To that end, I find it hard to imagine a much more negative thought to entertain than the thought of a permanent hell, which does not mean that some people might not have hellish experiences. Still, I tend to agree with the Greyson and Bush position found in Ulrich Mohrhoff’s review (available at AntiMatters) of Penny Sartori’s recent clinical study of NDE’s:

“Particular attention has been paid to the often-neglected frightening aspects of some NDEs, which mitigate the reductionist “explanation” of NDEs being wishful thinking. (Greyson and Bush suggested that individuals who fear the loss of their ego are more likely to report a frightening NDE. Such individuals are used to being in control. Instead of surrendering to the experience of dying, it is resisted, the resulting fear permeating the experience. There is the possibility that if all frightening NDEs are to continue for long enough they would eventually convert to a pleasant NDE as the individual would eventually give in to the experience.)”
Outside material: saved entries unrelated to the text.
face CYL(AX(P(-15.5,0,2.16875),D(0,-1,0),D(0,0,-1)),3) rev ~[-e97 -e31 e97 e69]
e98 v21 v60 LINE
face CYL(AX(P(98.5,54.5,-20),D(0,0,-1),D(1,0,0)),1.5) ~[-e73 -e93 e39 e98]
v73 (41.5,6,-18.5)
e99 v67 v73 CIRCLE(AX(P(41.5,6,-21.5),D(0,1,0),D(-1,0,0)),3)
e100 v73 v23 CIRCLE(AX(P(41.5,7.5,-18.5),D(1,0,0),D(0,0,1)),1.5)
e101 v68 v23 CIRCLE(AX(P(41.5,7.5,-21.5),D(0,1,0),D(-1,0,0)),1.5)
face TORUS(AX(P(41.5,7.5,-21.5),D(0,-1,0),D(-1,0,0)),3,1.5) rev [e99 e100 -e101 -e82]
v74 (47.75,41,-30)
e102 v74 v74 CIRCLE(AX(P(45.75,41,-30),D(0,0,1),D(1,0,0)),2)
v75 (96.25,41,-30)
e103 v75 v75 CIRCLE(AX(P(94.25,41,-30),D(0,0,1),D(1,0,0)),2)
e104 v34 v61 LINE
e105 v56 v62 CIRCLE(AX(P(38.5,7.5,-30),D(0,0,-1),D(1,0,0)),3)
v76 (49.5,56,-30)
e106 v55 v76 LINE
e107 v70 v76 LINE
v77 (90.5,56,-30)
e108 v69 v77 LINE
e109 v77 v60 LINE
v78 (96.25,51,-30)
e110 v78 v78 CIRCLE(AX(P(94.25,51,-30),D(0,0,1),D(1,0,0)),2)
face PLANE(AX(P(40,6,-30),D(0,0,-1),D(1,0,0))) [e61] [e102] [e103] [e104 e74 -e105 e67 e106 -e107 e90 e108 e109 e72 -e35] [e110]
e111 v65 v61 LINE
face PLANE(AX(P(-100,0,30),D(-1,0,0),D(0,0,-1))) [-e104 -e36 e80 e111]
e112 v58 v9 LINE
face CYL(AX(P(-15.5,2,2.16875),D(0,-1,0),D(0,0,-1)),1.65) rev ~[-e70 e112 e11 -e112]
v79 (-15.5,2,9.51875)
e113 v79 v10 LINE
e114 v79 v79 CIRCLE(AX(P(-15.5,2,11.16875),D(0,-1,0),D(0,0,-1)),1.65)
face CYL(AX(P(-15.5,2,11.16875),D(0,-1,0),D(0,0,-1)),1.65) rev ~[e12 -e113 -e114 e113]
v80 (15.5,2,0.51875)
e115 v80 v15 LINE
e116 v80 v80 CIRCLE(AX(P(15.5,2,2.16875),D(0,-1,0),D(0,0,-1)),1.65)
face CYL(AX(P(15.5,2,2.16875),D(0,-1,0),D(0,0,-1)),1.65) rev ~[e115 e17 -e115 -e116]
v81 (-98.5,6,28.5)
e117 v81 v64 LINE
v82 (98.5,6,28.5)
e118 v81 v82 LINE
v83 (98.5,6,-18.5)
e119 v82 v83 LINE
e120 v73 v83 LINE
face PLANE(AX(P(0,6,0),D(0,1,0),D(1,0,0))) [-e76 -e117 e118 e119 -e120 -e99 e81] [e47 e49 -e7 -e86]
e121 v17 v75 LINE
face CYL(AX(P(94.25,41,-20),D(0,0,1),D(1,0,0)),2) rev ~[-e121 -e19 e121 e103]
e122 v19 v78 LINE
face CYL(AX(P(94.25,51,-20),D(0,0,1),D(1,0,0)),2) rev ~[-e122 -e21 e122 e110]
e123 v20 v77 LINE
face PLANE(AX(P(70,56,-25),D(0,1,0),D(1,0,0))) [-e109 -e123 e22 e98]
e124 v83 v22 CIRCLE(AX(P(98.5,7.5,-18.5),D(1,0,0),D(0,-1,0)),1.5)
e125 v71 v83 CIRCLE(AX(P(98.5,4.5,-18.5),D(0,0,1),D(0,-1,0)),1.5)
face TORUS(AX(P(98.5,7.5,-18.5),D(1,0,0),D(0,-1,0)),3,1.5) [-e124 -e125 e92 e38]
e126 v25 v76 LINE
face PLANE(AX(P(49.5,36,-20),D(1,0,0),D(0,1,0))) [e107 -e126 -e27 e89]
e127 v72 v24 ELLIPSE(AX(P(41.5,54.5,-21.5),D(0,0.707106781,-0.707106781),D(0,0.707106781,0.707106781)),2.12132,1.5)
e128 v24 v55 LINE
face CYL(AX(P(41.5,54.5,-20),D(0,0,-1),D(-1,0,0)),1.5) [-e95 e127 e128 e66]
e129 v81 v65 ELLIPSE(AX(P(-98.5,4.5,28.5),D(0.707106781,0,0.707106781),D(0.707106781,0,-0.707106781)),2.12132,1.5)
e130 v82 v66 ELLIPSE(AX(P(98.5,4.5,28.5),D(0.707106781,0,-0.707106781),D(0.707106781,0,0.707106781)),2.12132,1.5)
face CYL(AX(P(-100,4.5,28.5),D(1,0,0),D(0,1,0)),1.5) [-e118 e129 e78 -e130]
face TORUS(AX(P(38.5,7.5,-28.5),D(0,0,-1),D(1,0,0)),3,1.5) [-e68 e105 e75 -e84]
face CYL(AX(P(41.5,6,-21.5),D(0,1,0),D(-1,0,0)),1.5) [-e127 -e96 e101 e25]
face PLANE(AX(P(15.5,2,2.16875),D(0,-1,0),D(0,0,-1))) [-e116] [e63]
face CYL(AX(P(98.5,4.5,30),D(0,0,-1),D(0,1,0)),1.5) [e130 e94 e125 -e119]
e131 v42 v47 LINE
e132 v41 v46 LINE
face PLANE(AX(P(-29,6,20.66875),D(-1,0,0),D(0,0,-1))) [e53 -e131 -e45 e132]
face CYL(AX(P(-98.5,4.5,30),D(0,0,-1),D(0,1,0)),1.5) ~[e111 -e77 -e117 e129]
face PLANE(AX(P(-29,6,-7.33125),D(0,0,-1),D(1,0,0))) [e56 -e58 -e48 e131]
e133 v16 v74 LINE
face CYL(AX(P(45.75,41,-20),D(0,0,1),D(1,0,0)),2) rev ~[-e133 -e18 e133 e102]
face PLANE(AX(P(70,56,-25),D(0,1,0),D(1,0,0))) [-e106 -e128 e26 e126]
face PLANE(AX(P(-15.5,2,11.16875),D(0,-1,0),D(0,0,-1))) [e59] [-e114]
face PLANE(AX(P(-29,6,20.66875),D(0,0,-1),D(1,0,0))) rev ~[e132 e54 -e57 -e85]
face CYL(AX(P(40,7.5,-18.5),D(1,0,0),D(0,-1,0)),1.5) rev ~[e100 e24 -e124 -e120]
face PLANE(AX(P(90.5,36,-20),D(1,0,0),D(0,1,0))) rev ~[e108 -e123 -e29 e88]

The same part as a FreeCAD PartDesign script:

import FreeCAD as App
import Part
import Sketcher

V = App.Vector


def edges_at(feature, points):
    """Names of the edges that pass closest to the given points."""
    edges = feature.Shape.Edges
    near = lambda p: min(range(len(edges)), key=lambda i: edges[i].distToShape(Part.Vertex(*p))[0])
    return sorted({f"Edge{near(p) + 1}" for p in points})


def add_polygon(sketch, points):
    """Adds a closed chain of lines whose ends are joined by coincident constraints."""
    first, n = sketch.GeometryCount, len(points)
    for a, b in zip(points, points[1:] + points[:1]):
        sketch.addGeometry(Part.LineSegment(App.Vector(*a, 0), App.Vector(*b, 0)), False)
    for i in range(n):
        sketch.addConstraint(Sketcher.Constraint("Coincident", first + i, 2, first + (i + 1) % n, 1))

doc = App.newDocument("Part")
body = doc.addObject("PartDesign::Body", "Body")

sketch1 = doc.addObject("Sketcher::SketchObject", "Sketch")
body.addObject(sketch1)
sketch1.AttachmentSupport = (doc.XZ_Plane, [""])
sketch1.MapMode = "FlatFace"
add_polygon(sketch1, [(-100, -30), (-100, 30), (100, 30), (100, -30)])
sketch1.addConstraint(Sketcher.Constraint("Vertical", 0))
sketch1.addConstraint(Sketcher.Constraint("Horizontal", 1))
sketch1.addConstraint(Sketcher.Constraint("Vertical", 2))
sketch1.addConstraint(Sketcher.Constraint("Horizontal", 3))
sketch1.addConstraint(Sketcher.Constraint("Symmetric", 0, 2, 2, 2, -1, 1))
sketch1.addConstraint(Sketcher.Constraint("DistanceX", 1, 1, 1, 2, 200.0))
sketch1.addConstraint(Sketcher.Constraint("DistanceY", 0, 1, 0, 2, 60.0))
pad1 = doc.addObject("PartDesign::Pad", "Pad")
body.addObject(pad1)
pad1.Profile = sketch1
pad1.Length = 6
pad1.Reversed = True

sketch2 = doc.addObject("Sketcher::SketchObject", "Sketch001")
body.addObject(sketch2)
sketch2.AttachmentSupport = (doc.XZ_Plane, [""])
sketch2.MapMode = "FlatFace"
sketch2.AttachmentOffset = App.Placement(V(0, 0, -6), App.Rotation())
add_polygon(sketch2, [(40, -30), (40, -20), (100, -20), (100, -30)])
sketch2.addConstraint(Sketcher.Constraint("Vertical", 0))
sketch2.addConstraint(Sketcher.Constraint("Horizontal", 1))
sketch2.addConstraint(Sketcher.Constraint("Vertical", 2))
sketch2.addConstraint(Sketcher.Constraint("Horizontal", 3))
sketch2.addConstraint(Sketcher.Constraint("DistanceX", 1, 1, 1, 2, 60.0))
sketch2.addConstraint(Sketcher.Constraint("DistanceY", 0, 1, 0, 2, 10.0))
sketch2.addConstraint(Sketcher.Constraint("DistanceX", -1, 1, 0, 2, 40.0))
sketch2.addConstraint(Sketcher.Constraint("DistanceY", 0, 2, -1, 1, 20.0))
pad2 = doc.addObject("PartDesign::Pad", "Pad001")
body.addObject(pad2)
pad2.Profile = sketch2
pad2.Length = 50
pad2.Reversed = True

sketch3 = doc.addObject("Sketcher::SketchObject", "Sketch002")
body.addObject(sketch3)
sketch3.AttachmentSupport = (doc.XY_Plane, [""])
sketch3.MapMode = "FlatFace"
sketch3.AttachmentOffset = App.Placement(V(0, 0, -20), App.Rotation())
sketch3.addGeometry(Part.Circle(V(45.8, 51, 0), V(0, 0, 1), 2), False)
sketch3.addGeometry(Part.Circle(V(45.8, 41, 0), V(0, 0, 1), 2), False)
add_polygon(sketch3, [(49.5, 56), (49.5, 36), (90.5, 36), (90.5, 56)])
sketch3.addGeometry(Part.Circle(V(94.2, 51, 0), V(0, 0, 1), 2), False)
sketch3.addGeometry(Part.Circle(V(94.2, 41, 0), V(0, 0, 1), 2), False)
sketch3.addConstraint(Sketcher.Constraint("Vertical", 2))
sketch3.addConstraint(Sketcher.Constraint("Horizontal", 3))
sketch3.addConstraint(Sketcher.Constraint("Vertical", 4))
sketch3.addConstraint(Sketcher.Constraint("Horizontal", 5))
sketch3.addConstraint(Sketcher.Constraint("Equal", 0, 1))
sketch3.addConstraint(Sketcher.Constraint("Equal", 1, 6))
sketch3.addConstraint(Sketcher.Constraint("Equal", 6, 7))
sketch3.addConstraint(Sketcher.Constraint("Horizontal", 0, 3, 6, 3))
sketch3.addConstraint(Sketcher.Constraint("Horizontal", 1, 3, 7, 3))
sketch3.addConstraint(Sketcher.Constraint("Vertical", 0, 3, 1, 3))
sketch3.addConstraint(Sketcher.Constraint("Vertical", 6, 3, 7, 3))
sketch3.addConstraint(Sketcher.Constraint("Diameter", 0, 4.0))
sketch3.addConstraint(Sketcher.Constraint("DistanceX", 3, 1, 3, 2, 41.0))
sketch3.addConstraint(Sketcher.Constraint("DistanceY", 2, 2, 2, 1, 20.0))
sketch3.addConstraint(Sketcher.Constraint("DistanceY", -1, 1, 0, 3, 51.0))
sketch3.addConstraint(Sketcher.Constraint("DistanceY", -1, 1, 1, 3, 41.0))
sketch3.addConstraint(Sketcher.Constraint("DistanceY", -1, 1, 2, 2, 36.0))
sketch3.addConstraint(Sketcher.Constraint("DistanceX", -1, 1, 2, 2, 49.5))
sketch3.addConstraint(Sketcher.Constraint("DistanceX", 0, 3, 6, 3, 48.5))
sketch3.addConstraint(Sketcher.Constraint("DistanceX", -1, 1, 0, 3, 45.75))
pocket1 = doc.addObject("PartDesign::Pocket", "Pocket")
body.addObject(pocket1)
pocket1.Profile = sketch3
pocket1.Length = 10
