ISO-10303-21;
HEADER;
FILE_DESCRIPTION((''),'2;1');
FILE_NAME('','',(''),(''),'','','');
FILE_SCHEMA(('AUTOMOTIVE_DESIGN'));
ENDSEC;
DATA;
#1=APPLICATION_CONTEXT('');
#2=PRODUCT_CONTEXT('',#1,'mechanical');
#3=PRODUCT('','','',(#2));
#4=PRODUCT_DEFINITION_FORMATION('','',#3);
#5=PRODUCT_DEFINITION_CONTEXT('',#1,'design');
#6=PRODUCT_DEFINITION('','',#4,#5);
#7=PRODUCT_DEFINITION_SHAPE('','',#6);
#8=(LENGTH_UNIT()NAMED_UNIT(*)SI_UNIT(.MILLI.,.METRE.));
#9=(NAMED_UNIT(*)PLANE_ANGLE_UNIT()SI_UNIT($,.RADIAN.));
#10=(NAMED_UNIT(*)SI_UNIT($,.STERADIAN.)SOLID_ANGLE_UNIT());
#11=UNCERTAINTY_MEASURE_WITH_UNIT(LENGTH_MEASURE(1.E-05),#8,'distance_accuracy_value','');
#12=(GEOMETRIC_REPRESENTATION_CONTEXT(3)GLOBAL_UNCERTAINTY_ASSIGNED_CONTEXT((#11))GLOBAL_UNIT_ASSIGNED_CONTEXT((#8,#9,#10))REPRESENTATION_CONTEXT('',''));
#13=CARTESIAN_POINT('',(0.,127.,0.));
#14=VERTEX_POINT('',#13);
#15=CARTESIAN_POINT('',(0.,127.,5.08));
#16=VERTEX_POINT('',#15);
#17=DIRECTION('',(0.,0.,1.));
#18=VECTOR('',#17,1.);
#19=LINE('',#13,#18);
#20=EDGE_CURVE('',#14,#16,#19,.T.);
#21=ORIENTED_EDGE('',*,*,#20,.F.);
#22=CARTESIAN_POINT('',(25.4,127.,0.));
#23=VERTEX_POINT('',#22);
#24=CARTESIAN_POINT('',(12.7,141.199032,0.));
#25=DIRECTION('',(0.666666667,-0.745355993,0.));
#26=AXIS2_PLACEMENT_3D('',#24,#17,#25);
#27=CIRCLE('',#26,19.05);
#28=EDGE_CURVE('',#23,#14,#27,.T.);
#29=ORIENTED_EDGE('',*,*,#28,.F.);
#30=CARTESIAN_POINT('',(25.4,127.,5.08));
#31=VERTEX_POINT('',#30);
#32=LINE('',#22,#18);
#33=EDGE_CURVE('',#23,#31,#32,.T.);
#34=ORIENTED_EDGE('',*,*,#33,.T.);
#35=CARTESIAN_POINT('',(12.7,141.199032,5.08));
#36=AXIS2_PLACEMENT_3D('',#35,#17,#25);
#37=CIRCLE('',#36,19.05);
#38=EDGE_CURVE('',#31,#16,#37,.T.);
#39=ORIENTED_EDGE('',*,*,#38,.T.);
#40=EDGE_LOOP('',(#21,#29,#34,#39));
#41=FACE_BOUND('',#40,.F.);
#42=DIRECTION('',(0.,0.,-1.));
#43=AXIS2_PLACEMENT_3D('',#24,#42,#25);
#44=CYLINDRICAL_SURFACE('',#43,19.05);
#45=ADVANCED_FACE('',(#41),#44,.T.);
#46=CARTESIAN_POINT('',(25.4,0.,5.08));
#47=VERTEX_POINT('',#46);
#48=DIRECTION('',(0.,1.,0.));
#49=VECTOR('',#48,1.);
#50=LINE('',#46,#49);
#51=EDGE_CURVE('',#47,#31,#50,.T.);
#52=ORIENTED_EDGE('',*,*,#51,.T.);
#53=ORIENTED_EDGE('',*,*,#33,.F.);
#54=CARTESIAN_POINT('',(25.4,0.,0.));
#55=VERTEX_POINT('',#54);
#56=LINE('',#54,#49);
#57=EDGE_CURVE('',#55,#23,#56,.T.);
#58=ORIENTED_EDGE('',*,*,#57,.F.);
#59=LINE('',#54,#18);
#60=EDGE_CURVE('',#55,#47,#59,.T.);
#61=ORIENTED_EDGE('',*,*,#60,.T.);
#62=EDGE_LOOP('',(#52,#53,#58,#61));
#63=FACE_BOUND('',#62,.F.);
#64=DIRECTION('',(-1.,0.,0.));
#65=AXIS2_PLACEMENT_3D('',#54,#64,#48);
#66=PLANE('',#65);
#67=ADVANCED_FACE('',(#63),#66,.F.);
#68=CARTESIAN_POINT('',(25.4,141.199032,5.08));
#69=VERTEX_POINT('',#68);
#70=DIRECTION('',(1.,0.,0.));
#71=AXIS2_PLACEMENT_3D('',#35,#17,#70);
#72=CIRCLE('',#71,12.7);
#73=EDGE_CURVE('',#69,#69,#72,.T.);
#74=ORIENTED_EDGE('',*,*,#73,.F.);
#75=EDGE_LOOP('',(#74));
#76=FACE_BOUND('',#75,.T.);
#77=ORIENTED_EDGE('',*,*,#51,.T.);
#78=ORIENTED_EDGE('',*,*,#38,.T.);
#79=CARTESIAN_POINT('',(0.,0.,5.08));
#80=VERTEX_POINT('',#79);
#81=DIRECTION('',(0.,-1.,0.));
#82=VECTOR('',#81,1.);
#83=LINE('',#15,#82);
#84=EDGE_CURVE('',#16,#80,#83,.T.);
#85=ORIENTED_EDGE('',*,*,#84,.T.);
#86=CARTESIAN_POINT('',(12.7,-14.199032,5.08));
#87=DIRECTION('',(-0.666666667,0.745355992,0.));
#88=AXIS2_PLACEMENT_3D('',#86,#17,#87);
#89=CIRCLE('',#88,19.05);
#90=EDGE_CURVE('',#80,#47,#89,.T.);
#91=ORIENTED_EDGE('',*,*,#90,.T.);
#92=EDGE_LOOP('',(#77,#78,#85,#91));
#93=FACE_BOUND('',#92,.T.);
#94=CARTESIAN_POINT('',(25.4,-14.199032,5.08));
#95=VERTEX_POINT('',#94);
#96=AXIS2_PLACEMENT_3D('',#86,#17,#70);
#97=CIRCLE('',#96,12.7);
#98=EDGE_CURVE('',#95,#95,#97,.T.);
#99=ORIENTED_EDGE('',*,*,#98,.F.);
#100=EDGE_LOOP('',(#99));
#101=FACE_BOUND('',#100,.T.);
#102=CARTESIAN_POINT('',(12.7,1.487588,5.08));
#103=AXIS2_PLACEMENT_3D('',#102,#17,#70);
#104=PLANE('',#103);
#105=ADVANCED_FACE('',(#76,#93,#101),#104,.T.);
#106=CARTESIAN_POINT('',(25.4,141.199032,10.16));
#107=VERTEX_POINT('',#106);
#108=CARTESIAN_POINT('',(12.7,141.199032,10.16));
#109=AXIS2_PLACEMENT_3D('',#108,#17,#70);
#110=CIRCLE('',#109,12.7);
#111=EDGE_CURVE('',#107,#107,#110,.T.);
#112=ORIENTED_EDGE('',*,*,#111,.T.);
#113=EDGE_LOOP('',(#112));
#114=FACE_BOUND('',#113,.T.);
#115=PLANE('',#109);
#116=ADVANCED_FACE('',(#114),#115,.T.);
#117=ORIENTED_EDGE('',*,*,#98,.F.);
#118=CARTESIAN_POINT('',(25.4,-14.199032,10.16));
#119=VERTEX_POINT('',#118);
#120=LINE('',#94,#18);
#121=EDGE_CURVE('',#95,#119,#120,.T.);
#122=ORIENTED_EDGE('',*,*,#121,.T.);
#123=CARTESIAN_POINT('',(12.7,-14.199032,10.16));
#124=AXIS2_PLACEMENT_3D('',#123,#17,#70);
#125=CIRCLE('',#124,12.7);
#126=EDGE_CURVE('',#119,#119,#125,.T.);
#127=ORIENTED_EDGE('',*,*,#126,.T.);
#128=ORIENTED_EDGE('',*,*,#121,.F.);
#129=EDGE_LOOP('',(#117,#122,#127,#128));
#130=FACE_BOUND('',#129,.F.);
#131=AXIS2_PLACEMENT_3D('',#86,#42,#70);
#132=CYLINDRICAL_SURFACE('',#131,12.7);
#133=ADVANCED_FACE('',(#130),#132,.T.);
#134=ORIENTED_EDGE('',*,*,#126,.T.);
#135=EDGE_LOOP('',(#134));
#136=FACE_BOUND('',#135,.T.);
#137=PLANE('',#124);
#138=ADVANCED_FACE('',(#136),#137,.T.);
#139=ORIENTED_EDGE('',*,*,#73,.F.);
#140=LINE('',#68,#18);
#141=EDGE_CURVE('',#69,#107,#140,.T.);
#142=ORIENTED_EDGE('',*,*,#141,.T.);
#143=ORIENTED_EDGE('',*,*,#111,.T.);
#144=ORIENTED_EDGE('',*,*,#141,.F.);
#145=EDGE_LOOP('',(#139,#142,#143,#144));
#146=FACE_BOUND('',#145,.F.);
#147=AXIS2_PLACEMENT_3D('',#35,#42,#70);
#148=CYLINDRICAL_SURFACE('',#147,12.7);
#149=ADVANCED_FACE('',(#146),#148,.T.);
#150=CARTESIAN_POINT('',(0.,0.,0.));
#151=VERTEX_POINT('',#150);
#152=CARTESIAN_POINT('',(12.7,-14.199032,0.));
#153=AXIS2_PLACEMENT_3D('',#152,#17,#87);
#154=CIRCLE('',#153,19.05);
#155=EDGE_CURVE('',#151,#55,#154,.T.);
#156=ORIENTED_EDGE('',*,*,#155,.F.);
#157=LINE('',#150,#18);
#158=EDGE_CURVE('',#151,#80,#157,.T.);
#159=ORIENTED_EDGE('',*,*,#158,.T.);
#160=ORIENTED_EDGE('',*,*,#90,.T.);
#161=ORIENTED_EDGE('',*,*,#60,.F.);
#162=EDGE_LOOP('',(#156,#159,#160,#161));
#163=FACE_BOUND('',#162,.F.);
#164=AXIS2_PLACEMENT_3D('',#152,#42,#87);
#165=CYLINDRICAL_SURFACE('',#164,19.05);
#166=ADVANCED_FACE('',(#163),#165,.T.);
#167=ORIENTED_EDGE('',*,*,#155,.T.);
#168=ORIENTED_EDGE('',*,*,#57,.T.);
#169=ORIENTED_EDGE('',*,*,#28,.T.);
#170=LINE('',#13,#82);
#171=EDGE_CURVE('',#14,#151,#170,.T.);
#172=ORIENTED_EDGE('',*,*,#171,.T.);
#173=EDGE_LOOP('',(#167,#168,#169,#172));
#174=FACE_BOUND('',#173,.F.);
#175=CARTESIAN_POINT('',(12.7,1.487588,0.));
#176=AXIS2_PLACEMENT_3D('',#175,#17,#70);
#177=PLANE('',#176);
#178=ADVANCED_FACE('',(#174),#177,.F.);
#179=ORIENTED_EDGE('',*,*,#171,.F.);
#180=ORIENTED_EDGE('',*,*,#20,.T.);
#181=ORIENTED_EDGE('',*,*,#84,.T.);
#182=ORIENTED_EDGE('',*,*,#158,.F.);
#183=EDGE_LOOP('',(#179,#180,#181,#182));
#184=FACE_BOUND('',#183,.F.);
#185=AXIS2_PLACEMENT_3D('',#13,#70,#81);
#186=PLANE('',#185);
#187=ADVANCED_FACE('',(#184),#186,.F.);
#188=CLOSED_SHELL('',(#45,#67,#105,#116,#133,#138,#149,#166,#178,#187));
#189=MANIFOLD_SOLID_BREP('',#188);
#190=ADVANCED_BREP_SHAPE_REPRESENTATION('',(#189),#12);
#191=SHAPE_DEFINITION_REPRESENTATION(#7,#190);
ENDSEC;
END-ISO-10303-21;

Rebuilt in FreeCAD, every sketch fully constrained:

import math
import FreeCAD as App
import Part
import Sketcher

V = App.Vector
Q = App.Units.Quantity

doc = App.newDocument("Part")
body = doc.addObject("PartDesign::Body", "Body")

# Sketch on XY plane
sketch1 = body.newObject("Sketcher::SketchObject", "Sketch")
sketch1.AttachmentSupport = (doc.getObject("XY_Plane"), [""])
sketch1.MapMode = "FlatFace"
sketch1.addGeometry(Part.LineSegment(V(25.4, 0, 0), V(25.4, 127, 0)), False)
sketch1.addGeometry(Part.ArcOfCircle(Part.Circle(V(12.7, 141.199032, 0), V(0, 0, 1), 19.05), math.radians(-48.189685), math.radians(228.189685)), False)
sketch1.addGeometry(Part.LineSegment(V(0, 127, 0), V(0, 0, 0)), False)
sketch1.addGeometry(Part.ArcOfCircle(Part.Circle(V(12.7, -14.199032, 0), V(0, 0, 1), 19.05), math.radians(131.810315), math.radians(408.189685)), False)
sketch1.addConstraint(Sketcher.Constraint("Coincident", 0, 2, 1, 1))
sketch1.addConstraint(Sketcher.Constraint("Coincident", 1, 2, 2, 1))
sketch1.addConstraint(Sketcher.Constraint("Coincident", 2, 2, 3, 1))
sketch1.addConstraint(Sketcher.Constraint("Coincident", 3, 2, 0, 1))
sketch1.addConstraint(Sketcher.Constraint("Vertical", 0))
sketch1.addConstraint(Sketcher.Constraint("Vertical", 2))
sketch1.addConstraint(Sketcher.Constraint("Coincident", 2, 2, -1, 1))
sketch1.addConstraint(Sketcher.Constraint("Equal", 1, 3))
sketch1.addConstraint(Sketcher.Constraint("PointOnObject", 3, 2, -1))
sketch1.addConstraint(Sketcher.Constraint("Horizontal", 0, 2, 1, 2))
sketch1.addConstraint(Sketcher.Constraint("DistanceY", 0, 1, 0, 2, Q("5 in")))
sketch1.addConstraint(Sketcher.Constraint("Radius", 1, Q("0.75 in")))
sketch1.addConstraint(Sketcher.Constraint("DistanceX", -1, 1, 0, 2, Q("1 in")))
pad1 = body.newObject("PartDesign::Pad", "Pad")
pad1.Profile = sketch1
pad1.Length = Q("0.2 in")

# Sketch on XY plane
sketch2 = body.newObject("Sketcher::SketchObject", "Sketch001")
sketch2.AttachmentSupport = (doc.getObject("XY_Plane"), [""])
sketch2.MapMode = "FlatFace"
sketch2.AttachmentOffset = App.Placement(V(0, 0, 0.2 * 25.4), App.Rotation())
sketch2.addGeometry(Part.Circle(V(12.7, -14.199032, 0), V(0, 0, 1), 12.7), False)
sketch2.addGeometry(Part.Circle(V(12.7, 141.199032, 0), V(0, 0, 1), 12.7), False)
sketch2.addConstraint(Sketcher.Constraint("Equal", 0, 1))
sketch2.addConstraint(Sketcher.Constraint("Vertical", 0, 3, 1, 3))
sketch2.addConstraint(Sketcher.Constraint("Diameter", 0, Q("1 in")))
sketch2.addConstraint(Sketcher.Constraint("DistanceX", -1, 1, 0, 3, Q("0.5 in")))
sketch2.addConstraint(Sketcher.Constraint("DistanceY", 0, 3, -1, 1, Q("14.199032 mm")))
sketch2.addConstraint(Sketcher.Constraint("DistanceY", -1, 1, 1, 3, Q("141.199032 mm")))
pad2 = body.newObject("PartDesign::Pad", "Pad001")
pad2.Profile = sketch2
pad2.Length = Q("0.2 in")

doc.recompute()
I’m just saying that essentially the same applies to those people who are dealing with hellish experiences right here on earth. To paraphrase Peter Kingsley, I think the genuine objective of existence is to surrender to, and arrive at, the death of our mortality. I also think that everyone will do so eventually, sooner or later.

As an aside, it strikes me that Brian Brewer has captured the Perennial Philosophy particularly concisely in his review of Kingsley’s Reality (PDF):

1) All that is and was and will ever be is eternal in the here and the now.

2) The intelligence behind all things is wholly resident inside each of us and equally resident in all other things, making each of us a virtual cosmos encompassing all else.

3) Awakening to this fact frees us from the delusion of normal living and enables us to begin walking a path of return within ourselves toward true self knowledge.

4) The realization of the oneness of all being is empowering and raises our capacity for compassion to encompass everything within the infinite bounds of our beingness.

My research indicates that we are the same sweet self’s or not so sweet self’s when we cross over and like attracts like in these other worlds or realms or spheres. Our bodies transition from physical to astral.

In these other realms we also have the opportunity to awaken to higher levels of vibration and continue to transition to higher and higher realms of existence. How many of those realms exist I know not most say seven but maybe seven is all they know about.

I suspect at these higher realms we are like gods creating life forms and even planets maybe even whole galaxies. The Godhead that meister eckhart talked about is this pure awareness with infinite potential and vitality. These gods are able to utilize this vitality to create this expression we see as the universe.

There is no such thing as space what we see as space is only due to our unawareness due to our vibrational level. Everything is God including what we view as space.

I make these comments from my research not from any claimed enlightenment.